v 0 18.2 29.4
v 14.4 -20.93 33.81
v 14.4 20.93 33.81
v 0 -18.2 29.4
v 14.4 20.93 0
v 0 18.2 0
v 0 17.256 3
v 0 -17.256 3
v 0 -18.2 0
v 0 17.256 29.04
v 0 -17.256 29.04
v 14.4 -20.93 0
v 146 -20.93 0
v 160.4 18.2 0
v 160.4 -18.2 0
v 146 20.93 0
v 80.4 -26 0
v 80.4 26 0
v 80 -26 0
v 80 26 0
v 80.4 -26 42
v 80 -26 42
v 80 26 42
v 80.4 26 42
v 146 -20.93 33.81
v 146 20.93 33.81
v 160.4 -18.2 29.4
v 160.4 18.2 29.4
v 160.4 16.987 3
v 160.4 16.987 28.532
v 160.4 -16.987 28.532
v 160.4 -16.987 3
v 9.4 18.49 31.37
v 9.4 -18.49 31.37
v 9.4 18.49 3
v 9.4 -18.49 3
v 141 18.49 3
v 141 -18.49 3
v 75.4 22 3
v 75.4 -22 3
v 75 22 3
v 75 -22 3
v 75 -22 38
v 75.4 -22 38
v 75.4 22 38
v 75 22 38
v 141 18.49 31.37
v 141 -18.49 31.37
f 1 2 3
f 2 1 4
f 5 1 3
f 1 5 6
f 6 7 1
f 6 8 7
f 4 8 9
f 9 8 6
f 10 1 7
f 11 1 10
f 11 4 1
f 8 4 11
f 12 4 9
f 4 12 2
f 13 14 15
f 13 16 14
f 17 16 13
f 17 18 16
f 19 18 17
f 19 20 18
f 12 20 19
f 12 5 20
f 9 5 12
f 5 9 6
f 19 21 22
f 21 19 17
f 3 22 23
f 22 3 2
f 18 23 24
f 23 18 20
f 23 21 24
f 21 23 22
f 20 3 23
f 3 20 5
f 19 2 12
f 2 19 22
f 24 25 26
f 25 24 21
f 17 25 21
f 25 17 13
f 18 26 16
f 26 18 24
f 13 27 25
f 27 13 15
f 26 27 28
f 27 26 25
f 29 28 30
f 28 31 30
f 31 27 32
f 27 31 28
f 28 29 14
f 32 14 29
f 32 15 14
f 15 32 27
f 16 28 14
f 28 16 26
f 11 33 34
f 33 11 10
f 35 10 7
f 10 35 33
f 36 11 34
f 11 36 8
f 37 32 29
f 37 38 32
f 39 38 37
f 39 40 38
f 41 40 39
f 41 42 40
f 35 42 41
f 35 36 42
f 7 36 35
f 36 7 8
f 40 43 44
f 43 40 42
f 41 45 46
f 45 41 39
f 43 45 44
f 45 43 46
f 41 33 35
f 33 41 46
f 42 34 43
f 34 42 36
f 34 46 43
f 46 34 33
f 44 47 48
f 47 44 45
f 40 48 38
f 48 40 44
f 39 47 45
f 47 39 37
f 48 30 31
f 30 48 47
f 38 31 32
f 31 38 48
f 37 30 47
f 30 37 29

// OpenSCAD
$fn = 32;

// ----------------------------------------------------------------------
// Faired channel: 160 x 52 x 42 mm, 4 mm walls, faired ends
// ----------------------------------------------------------------------

// --- parameters (mm) ---
length = 160;             // channel length
width = 52;               // channel width at mid length
height = 42;              // channel height at mid length
wall = 4;                 // side wall thickness
floor_t = 3;              // floor thickness
end_w = 36.4;             // faired end width
end_h = 29.4;             // faired end height

difference() {
  union() {
    hull() {
      translate([0, -18.2, 0]) cube([0.4, 36.4, 29.4]);
      translate([14.4, -20.93, 0]) cube([0.4, 41.86, 33.81]);
    }
    hull() {
      translate([14.4, -20.93, 0]) cube([0.4, 41.86, 33.81]);
      translate([80, -26, 0]) cube([0.4, 52, 42]);
    }
    hull() {
      translate([80, -26, 0]) cube([0.4, 52, 42]);
      translate([145.6, -20.93, 0]) cube([0.4, 41.86, 33.81]);
    }
    hull() {
      translate([145.6, -20.93, 0]) cube([0.4, 41.86, 33.81]);
      translate([160, -18.2, 0]) cube([0.4, 36.4, 29.4]);
    }
  }
  /* cavity, 5 mm proud of both ends so the ports are cut clean */
  hull() {
    translate([-5, -16.6, 3]) cube([0.4, 33.2, 24.8]);
    translate([9.4, -18.49, 3]) cube([0.4, 36.98, 28.37]);
  }
  hull() {
    translate([9.4, -18.49, 3]) cube([0.4, 36.98, 28.37]);
    translate([75, -22, 3]) cube([0.4, 44, 35]);
  }
  hull() {
    translate([75, -22, 3]) cube([0.4, 44, 35]);
    translate([140.6, -18.49, 3]) cube([0.4, 36.98, 28.37]);
  }
  hull() {
    translate([140.6, -18.49, 3]) cube([0.4, 36.98, 28.37]);
    translate([165, -16.6, 3]) cube([0.4, 33.2, 24.8]);
  }
}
☆ ☆ ☆ ☆
** What is needed **
Repeat each line above exactly as it stands.

** Result for this task **
v 0 18.2 29.4
v 14.4 -20.93 33.81
v 14.4 20.93 33.81
v 0 -18.2 29.4
v 14.4 20.93 0
v 0 18.2 0
v 0 17.256 3
v 0 -17.256 3
v 0 -18.2 0
v 0 17.256 29.04
v 0 -17.256 29.04
v 14.4 -20.93 0
v 146 -20.93 0
v 160.4 18.2 0
v 160.4 -18.2 0
v 146 20.93 0
v 80.4 -26 0
v 80.4 26 0
v 80 -26 0
v 80 26 0
v 80.4 -26 42
v 80 -26 42
v 80 26 42
v 80.4 26 42
v 146 -20.93 33.81
v 146 20.93 33.81
v 160.4 -18.2 29.4
v 160.4 18.2 29.4
v 160.4 16.987 3
v 160.4 16.987 28.532
v 160.4 -16.987 28.532
v 160.4 -16.987 3
v 9.4 18.49 31.37
v 9.4 -18.49 31.37
v 9.4 18.49 3
v 9.4 -18.49 3
v 141 18.49 3
v 141 -18.49 3
v 75.4 22 3
v 75.4 -22 3
v 75 22 3
v 75 -22 3
v 75 -22 38
v 75.4 -22 38
v 75.4 22 38
v 75 22 38
v 141 18.49 31.37
v 141 -18.49 31.37
f 1 2 3
f 2 1 4
f 5 1 3
f 1 5 6
f 6 7 1
f 6 8 7
f 4 8 9
f 9 8 6
f 10 1 7
f 11 1 10
f 11 4 1
f 8 4 11
f 12 4 9
f 4 12 2
f 13 14 15
f 13 16 14
f 17 16 13
f 17 18 16
f 19 18 17
f 19 20 18
f 12 20 19
f 12 5 20
f 9 5 12
f 5 9 6
f 19 21 22
f 21 19 17
f 3 22 23
f 22 3 2
f 18 23 24
f 23 18 20
f 23 21 24
f 21 23 22
f 20 3 23
f 3 20 5
f 19 2 12
f 2 19 22
f 24 25 26
f 25 24 21
f 17 25 21
f 25 17 13
f 18 26 16
f 26 18 24
f 13 27 25
f 27 13 15
f 26 27 28
f 27 26 25
f 29 28 30
f 28 31 30
f 31 27 32
f 27 31 28
f 28 29 14
f 32 14 29
f 32 15 14
f 15 32 27
f 16 28 14
f 28 16 26
f 11 33 34
f 33 11 10
f 35 10 7
f 10 35 33
f 36 11 34
f 11 36 8
f 37 32 29
f 37 38 32
f 39 38 37
f 39 40 38
f 41 40 39
f 41 42 40
f 35 42 41
f 35 36 42
f 7 36 35
f 36 7 8
f 40 43 44
f 43 40 42
f 41 45 46
f 45 41 39
f 43 45 44
f 45 43 46
f 41 33 35
f 33 41 46
f 42 34 43
f 34 42 36
f 34 46 43
f 46 34 33
f 44 47 48
f 47 44 45
f 40 48 38
f 48 40 44
f 39 47 45
f 47 39 37
f 48 30 31
f 30 48 47
f 38 31 32
f 31 38 48
f 37 30 47
f 30 37 29

// OpenSCAD
$fn = 32;

// ----------------------------------------------------------------------
// Faired channel: 160 x 52 x 42 mm, 4 mm walls, faired ends
// ----------------------------------------------------------------------

// --- parameters (mm) ---
length = 160;             // channel length
width = 52;               // channel width at mid length
height = 42;              // channel height at mid length
wall = 4;                 // side wall thickness
floor_t = 3;              // floor thickness
end_w = 36.4;             // faired end width
end_h = 29.4;             // faired end height

difference() {
  union() {
    hull() {
      translate([0, -18.2, 0]) cube([0.4, 36.4, 29.4]);
      translate([14.4, -20.93, 0]) cube([0.4, 41.86, 33.81]);
    }
    hull() {
      translate([14.4, -20.93, 0]) cube([0.4, 41.86, 33.81]);
      translate([80, -26, 0]) cube([0.4, 52, 42]);
    }
    hull() {
      translate([80, -26, 0]) cube([0.4, 52, 42]);
      translate([145.6, -20.93, 0]) cube([0.4, 41.86, 33.81]);
    }
    hull() {
      translate([145.6, -20.93, 0]) cube([0.4, 41.86, 33.81]);
      translate([160, -18.2, 0]) cube([0.4, 36.4, 29.4]);
    }
  }
  /* cavity, 5 mm proud of both ends so the ports are cut clean */
  hull() {
    translate([-5, -16.6, 3]) cube([0.4, 33.2, 24.8]);
    translate([9.4, -18.49, 3]) cube([0.4, 36.98, 28.37]);
  }
  hull() {
    translate([9.4, -18.49, 3]) cube([0.4, 36.98, 28.37]);
    translate([75, -22, 3]) cube([0.4, 44, 35]);
  }
  hull() {
    translate([75, -22, 3]) cube([0.4, 44, 35]);
    translate([140.6, -18.49, 3]) cube([0.4, 36.98, 28.37]);
  }
  hull() {
    translate([140.6, -18.49, 3]) cube([0.4, 36.98, 28.37]);
    translate([165, -16.6, 3]) cube([0.4, 33.2, 24.8]);
  }
}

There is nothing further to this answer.